SUPPLIED INFORMATION:

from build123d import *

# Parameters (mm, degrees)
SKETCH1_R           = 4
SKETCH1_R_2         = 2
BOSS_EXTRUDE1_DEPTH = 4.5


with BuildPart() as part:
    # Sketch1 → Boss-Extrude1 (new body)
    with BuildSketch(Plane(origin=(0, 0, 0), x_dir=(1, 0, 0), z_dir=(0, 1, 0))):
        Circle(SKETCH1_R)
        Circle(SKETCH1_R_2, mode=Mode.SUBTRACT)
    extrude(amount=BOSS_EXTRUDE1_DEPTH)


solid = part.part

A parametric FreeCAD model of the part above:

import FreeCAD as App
import Part
import Sketcher
from FreeCAD import Vector

doc = App.newDocument("Part")
params = doc.addObject("Spreadsheet::Sheet", "Params")
for row, (alias, value) in enumerate([
    ("sketch1_diameter", "8 mm"),
    ("sketch1_diameter2", "4 mm"),
    ("pad1_length", "4.5 mm"),
], start=1):
    params.set(f"A{row}", alias)
    params.set(f"B{row}", "=" + value)
    params.setAlias(f"B{row}", alias)

body = doc.addObject("PartDesign::Body", "Body")

sketch1 = body.newObject("Sketcher::SketchObject", "Sketch")
sketch1.AttachmentSupport = (doc.getObject("XZ_Plane"), [""])
sketch1.MapMode = "FlatFace"
sketch1.addGeometry(Part.Circle(Vector(0, 0, 0), Vector(0, 0, 1), 4), False)
sketch1.addGeometry(Part.Circle(Vector(0, 0, 0), Vector(0, 0, 1), 2), False)
sketch1.addConstraint(Sketcher.Constraint("Coincident", 0, 3, -1, 1))
sketch1.addConstraint(Sketcher.Constraint("Coincident", 1, 3, -1, 1))
sketch1.addConstraint(Sketcher.Constraint("Diameter", 0, 8.0))
sketch1.addConstraint(Sketcher.Constraint("Diameter", 1, 4.0))
sketch1.setExpression("Constraints[2]", "Params.sketch1_diameter")
sketch1.setExpression("Constraints[3]", "Params.sketch1_diameter2")
pad1 = body.newObject("PartDesign::Pad", "Pad")
pad1.Profile = sketch1
pad1.setExpression("Length", "Params.pad1_length")
pad1.Reversed = True

doc.recompute()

THE PROBLEM: Scan the records for the string "with" and show every line that contains it.

SOLUTION FOR THIS PROBLEM:
with BuildPart() as part:
    with BuildSketch(Plane(origin=(0, 0, 0), x_dir=(1, 0, 0), z_dir=(0, 1, 0))):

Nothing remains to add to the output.